He also installed a black box that reads " SWM ODU Only" with two connections, "signal to IRD" and "Power to SWM".

He's coming back later to swap out the swm-5 for a swm-8, since I have other rooms prewired for future upgrades, that were originally connected to my WB68.

Now I have to call DTV back and get an AM21 for my OTA's as well.


----------



## studdad (Aug 11, 2008)

Does the SWM make a difference? I mean other than just one line and no BBC's?


----------



## y2k02c5 (Sep 15, 2006)

studdad said:


> Does the SWM make a difference? I mean other than just one line and no BBC's?


It allows you to utilize a Dual tuner DVR in a room that only has one coax connection without having to run a second coax line.

I only pre wired my living room with dual coax last year when I built my home, since I already had the HR20 from the old house. Then ran single coax to all other rooms, in anticipation of the SWM release.


----------



## LameLefty (Sep 29, 2006)

studdad said:


> Does the SWM make a difference? I mean other than just one line and no BBC's?


It's also a powered device, whereas the WB68 and most other multiswitches are simple mechanical switches, requiring the tuners of the receiver to power them.


----------



## harsh (Jun 15, 2003)

LameLefty said:


> It's also a powered device, whereas the WB68 and most other multiswitches are simple mechanical switches, requiring the tuners of the receiver to power them.


Are you sure there are moving parts in the "legacy" multiswitches?


----------



## David MacLeod (Jan 29, 2008)

LameLefty said:


> It's also a powered device, whereas the WB68 and most other multiswitches are simple mechanical switches, requiring the tuners of the receiver to power them.


I'm sorry, but this did not make sense to me. it seems to suggest that the wb68 has moving (mechanical) switches/relays in it. 
is this true?


----------



## Grentz (Jan 10, 2007)

y2k02c5 said:


> He also installed a black box that reads " SWM ODU Only" with two connections, "signal to IRD" and "Power to SWM".
> 
> He's coming back later to swap out the swm-5 for a swm-8, since I have other rooms prewired for future upgrades, that were originally connected to my WB68.
> 
> Now I have to call DTV back and get an AM21 for my OTA's as well.


That is the Power Inserter. Also it is not a SWM-5 or SWM-8 most likely if he swapped the LNB, you are probably referring to the splitter.



studdad said:


> Does the SWM make a difference? I mean other than just one line and no BBC's?

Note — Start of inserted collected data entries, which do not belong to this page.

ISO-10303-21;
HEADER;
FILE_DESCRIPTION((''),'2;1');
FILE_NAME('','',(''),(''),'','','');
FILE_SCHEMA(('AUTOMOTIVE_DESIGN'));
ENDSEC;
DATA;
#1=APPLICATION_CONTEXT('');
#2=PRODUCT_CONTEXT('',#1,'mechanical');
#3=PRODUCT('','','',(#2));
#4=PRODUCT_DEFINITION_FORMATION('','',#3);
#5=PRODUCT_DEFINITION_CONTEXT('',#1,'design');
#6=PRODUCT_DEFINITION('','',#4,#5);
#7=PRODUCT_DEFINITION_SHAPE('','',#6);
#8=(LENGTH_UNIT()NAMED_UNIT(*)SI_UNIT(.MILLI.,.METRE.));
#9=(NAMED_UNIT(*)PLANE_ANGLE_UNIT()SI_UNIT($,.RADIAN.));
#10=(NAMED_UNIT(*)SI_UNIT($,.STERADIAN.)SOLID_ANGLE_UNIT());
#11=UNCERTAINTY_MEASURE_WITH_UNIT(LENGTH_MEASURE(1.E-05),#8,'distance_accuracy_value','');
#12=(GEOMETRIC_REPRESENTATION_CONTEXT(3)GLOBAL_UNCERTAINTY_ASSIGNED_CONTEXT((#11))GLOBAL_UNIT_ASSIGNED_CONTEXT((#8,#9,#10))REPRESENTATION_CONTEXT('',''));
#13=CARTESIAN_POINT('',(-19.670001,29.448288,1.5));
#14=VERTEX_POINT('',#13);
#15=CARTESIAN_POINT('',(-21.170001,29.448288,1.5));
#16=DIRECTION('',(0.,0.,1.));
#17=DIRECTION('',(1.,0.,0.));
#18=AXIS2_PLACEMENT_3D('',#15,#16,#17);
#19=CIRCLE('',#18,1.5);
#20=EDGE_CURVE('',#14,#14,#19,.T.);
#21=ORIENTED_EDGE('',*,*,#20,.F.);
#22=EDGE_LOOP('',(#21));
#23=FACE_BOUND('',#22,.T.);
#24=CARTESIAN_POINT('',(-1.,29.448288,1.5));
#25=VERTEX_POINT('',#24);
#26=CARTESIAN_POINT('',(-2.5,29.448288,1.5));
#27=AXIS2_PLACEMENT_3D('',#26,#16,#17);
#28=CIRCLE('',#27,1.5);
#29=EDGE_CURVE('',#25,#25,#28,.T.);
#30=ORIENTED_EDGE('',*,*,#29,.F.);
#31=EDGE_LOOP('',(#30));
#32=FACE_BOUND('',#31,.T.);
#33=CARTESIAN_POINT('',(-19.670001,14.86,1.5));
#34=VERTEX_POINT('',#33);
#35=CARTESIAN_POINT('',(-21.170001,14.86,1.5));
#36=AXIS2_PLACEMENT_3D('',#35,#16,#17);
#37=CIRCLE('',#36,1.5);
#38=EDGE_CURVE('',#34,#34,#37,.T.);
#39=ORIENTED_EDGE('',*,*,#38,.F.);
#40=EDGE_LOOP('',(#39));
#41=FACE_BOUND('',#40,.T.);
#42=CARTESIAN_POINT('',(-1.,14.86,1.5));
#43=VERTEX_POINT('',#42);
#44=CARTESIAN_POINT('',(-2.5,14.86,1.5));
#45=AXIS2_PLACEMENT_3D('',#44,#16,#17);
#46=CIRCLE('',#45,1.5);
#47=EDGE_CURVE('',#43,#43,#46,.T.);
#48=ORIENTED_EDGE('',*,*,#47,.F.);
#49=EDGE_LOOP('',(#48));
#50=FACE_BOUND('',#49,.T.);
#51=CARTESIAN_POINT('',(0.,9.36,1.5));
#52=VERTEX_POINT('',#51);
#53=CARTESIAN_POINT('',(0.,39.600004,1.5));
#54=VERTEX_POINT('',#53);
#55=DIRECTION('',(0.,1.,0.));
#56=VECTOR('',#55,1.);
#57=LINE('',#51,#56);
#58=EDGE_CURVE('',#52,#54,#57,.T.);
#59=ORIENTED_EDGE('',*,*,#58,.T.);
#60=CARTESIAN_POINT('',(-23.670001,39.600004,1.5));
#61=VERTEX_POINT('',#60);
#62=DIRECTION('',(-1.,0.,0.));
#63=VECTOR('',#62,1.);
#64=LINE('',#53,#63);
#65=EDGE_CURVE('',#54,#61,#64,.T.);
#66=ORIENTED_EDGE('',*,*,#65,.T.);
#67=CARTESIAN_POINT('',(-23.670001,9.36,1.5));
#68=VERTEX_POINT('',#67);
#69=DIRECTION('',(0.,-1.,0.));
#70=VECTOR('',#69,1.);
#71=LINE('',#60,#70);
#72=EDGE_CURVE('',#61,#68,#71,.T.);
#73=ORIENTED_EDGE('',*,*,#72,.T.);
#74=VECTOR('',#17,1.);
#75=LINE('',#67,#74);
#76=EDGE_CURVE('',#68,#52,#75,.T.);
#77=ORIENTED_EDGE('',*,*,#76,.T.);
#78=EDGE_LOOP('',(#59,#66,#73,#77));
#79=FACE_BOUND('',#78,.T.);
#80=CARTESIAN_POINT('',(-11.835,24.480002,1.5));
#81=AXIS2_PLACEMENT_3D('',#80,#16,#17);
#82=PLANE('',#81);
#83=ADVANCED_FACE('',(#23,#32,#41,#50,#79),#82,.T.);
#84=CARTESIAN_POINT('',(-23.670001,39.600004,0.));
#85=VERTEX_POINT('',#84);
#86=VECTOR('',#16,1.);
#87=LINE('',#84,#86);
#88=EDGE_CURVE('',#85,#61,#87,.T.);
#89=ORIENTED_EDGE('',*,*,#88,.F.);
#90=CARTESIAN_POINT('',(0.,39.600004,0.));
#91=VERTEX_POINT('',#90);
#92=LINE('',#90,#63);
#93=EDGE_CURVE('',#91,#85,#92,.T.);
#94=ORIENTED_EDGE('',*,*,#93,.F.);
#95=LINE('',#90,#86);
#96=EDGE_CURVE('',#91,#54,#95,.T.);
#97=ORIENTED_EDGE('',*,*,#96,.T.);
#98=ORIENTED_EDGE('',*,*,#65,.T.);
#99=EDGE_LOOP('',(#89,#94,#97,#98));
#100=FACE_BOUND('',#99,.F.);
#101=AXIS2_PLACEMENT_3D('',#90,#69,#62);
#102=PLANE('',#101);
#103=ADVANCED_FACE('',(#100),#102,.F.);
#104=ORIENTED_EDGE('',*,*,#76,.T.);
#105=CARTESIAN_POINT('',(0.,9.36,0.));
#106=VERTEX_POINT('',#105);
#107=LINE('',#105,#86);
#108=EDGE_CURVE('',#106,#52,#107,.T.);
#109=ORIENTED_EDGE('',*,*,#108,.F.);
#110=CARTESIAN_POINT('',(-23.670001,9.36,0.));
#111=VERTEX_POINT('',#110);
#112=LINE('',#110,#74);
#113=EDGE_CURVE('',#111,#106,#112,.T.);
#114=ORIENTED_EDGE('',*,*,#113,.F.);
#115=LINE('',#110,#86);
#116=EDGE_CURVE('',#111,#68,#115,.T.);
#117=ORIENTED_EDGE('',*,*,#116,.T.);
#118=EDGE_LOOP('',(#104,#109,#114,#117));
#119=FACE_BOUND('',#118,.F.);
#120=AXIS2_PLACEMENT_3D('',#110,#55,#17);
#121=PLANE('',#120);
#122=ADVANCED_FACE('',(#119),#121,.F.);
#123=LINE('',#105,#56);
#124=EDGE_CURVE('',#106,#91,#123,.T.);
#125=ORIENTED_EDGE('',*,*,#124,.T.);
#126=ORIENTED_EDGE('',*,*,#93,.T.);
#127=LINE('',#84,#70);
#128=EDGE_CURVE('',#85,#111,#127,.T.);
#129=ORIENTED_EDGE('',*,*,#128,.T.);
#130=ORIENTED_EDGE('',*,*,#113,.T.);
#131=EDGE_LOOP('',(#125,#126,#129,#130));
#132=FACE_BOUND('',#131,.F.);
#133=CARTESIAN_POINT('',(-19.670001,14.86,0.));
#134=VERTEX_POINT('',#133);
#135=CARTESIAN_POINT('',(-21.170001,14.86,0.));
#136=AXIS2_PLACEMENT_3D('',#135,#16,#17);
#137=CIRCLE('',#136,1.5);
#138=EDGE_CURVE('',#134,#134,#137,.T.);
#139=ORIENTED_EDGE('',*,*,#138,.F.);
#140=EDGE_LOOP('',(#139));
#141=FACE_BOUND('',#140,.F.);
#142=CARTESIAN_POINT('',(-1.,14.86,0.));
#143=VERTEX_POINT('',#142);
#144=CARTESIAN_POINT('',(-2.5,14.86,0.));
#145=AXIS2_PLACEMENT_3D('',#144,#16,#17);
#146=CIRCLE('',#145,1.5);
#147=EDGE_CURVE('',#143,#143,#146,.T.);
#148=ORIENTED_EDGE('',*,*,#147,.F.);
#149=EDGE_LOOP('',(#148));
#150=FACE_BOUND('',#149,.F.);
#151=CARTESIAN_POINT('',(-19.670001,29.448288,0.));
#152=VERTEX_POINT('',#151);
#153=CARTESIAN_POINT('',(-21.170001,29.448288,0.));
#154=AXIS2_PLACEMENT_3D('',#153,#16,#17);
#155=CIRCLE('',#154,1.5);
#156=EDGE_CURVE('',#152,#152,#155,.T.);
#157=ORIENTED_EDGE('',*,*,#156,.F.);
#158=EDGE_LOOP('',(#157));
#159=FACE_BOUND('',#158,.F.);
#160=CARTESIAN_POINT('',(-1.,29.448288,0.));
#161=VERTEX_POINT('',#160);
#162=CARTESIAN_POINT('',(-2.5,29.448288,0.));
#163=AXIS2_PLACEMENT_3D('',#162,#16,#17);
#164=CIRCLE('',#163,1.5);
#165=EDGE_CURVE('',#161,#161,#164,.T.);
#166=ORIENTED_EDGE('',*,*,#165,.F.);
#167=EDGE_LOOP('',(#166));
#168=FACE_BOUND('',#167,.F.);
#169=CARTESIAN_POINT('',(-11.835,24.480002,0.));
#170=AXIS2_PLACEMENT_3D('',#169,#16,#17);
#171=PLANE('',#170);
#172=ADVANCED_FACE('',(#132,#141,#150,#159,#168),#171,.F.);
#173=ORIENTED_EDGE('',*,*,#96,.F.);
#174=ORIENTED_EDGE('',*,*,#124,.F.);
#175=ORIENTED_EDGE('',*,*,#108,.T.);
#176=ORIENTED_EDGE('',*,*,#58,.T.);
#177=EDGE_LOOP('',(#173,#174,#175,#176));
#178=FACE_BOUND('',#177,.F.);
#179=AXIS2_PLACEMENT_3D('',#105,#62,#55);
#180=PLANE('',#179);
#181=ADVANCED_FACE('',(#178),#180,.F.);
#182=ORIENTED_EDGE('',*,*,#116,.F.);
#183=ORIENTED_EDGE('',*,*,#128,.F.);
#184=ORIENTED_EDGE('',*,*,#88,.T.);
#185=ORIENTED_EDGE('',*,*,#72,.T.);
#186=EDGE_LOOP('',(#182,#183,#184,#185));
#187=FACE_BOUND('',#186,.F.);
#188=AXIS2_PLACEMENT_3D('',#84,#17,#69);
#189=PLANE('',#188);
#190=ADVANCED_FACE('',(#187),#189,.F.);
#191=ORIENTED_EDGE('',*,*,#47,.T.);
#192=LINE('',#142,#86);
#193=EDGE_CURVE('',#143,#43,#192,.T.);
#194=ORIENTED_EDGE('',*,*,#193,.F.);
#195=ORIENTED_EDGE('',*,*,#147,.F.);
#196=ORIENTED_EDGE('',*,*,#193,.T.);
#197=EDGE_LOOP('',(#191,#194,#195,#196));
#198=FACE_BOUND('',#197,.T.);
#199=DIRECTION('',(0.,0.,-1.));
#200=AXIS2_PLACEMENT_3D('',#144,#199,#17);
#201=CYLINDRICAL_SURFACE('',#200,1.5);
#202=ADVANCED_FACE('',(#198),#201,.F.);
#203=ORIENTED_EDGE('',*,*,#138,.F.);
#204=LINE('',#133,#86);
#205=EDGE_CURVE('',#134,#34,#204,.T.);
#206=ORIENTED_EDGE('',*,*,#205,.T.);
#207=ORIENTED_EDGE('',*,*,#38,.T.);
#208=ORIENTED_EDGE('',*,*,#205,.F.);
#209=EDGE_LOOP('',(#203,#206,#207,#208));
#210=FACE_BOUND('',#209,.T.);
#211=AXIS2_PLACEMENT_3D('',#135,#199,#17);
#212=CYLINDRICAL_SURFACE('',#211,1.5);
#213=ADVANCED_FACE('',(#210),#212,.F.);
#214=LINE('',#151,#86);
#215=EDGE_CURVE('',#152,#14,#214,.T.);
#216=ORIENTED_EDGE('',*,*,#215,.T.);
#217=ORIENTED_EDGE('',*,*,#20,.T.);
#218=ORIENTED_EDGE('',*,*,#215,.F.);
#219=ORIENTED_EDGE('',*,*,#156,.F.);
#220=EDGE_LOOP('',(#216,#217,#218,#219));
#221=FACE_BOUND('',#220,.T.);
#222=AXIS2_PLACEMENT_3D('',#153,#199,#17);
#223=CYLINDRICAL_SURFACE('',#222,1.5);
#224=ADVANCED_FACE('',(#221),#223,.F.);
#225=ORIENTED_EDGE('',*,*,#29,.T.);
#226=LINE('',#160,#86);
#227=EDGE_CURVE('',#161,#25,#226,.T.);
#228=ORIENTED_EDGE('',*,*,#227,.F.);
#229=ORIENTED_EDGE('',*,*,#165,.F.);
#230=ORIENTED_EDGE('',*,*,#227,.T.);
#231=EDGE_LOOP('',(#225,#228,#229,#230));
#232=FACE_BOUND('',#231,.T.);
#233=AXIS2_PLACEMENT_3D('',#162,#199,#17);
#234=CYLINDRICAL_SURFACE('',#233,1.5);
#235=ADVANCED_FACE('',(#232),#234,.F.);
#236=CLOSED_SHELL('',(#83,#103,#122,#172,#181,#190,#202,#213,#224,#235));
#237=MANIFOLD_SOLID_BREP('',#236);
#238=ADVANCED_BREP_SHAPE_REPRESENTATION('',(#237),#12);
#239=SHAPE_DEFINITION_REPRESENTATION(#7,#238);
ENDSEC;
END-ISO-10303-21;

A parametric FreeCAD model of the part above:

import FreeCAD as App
import Part
import Sketcher
from FreeCAD import Vector

doc = App.newDocument("Part")
body = doc.addObject("PartDesign::Body", "Body")

# Sketch on XY plane
sketch1 = doc.addObject("Sketcher::SketchObject", "Sketch")
body.addObject(sketch1)
sketch1.AttachmentSupport = (doc.XY_Plane, [""])
sketch1.MapMode = "FlatFace"
sketch1.addGeometry([
    Part.LineSegment(Vector(0, 39.600004, 0), Vector(-23.670001, 39.600004, 0)),  # 0
    Part.LineSegment(Vector(-23.670001, 39.600004, 0), Vector(-23.670001, 9.36, 0)),  # 1
    Part.LineSegment(Vector(-23.670001, 9.36, 0), Vector(0, 9.36, 0)),  # 2
    Part.LineSegment(Vector(0, 9.36, 0), Vector(0, 39.600004, 0)),  # 3
    Part.Circle(Vector(-21.170001, 14.86, 0), Vector(0, 0, 1), 1.5),  # 4
    Part.Circle(Vector(-2.5, 14.86, 0), Vector(0, 0, 1), 1.5),  # 5
    Part.Circle(Vector(-21.170001, 29.448288, 0), Vector(0, 0, 1), 1.5),  # 6
    Part.Circle(Vector(-2.5, 29.448288, 0), Vector(0, 0, 1), 1.5),  # 7
], False)
sketch1.addConstraint([
    Sketcher.Constraint("Coincident", 0, 2, 1, 1),
    Sketcher.Constraint("Coincident", 1, 2, 2, 1),
    Sketcher.Constraint("Coincident", 2, 2, 3, 1),
    Sketcher.Constraint("Coincident", 3, 2, 0, 1),
    Sketcher.Constraint("Horizontal", 0),
    Sketcher.Constraint("Vertical", 1),
    Sketcher.Constraint("Horizontal", 2),
    Sketcher.Constraint("Vertical", 3),
    Sketcher.Constraint("Equal", 4, 5),
    Sketcher.Constraint("Equal", 5, 6),
    Sketcher.Constraint("Equal", 6, 7),
    Sketcher.Constraint("PointOnObject", 2, 2, -2),
    Sketcher.Constraint("Horizontal", 4, 3, 5, 3),
    Sketcher.Constraint("Horizontal", 6, 3, 7, 3),
    Sketcher.Constraint("Vertical", 4, 3, 6, 3),
    Sketcher.Constraint("Vertical", 5, 3, 7, 3),
    Sketcher.Constraint("Diameter", 4, 3.0),
    Sketcher.Constraint("DistanceX", 0, 2, 0, 1, 23.670001),
    Sketcher.Constraint("DistanceX", 5, 3, -1, 1, 2.5),
    Sketcher.Constraint("DistanceX", 0, 2, 6, 3, 2.5),
    Sketcher.Constraint("DistanceY", 1, 2, 4, 3, 5.5),
    Sketcher.Constraint("DistanceY", -1, 1, 4, 3, 14.86),
    Sketcher.Constraint("DistanceY", 1, 2, 1, 1, 30.240004),
    Sketcher.Constraint("DistanceY", -1, 1, 6, 3, 29.448288),
])
pad1 = doc.addObject("PartDesign::Pad", "Pad")
body.addObject(pad1)
pad1.Profile = sketch1
pad1.Length = 1.5

doc.recompute()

It allows you to run DVRs with one line, no bbcs, AND it allows the use of splitters (so if you have one line into a room, you can split the line and run 2 receivers there)



harsh said:


> Are you sure there are moving parts in the "legacy" multiswitches?


Depends what switch it is, I am not 100% sure on the WB68. And it is not necessarily "moving" per say, but it is mechanical in some switches.


----------



## y2k02c5 (Sep 15, 2006)

Grentz said:


> That is the Power Inserter. Also it is not a SWM-5 or SWM-8 most likely if he swapped the LNB, you are probably referring to the splitter.


Now that you mention it, I was wondering why he told me that my HR10-250 wouldnt work any more with this new setup. Cause I was reading about SWM with legacy ports that allows you to keep HR10 units working.

Well when he comes back i'll have to ask him why he went with this setup


----------



## Grentz (Jan 10, 2007)

He went with it because the SWM-8 (or the slightly older SWM-5) module is for commercial/MDU installs only, not consumer installs. The only way consumers get them is by buying them on their own from 3rd parties like SolidSignal/Tech Tool Supply/etc.


----------



## y2k02c5 (Sep 15, 2006)

Grentz said:


> He went with it because the SWM-8 (or the slightly older SWM-5) module is for commercial/MDU installs only, not consumer installs. The only way consumers get them is by buying them on their own from 3rd parties like SolidSignal/Tech Tool Supply/etc.


Gotcha! Thanks for the clarification.


----------



## Tom Robertson (Nov 15, 2005)

Grentz said:


> He went with it because the SWM-8 (or the slightly older SWM-5) module is for commercial/MDU installs only, not consumer installs. The only way consumers get them is by buying them on their own from 3rd parties like SolidSignal/Tech Tool Supply/etc.


Old info, SWM8s are available in some areas with more coming.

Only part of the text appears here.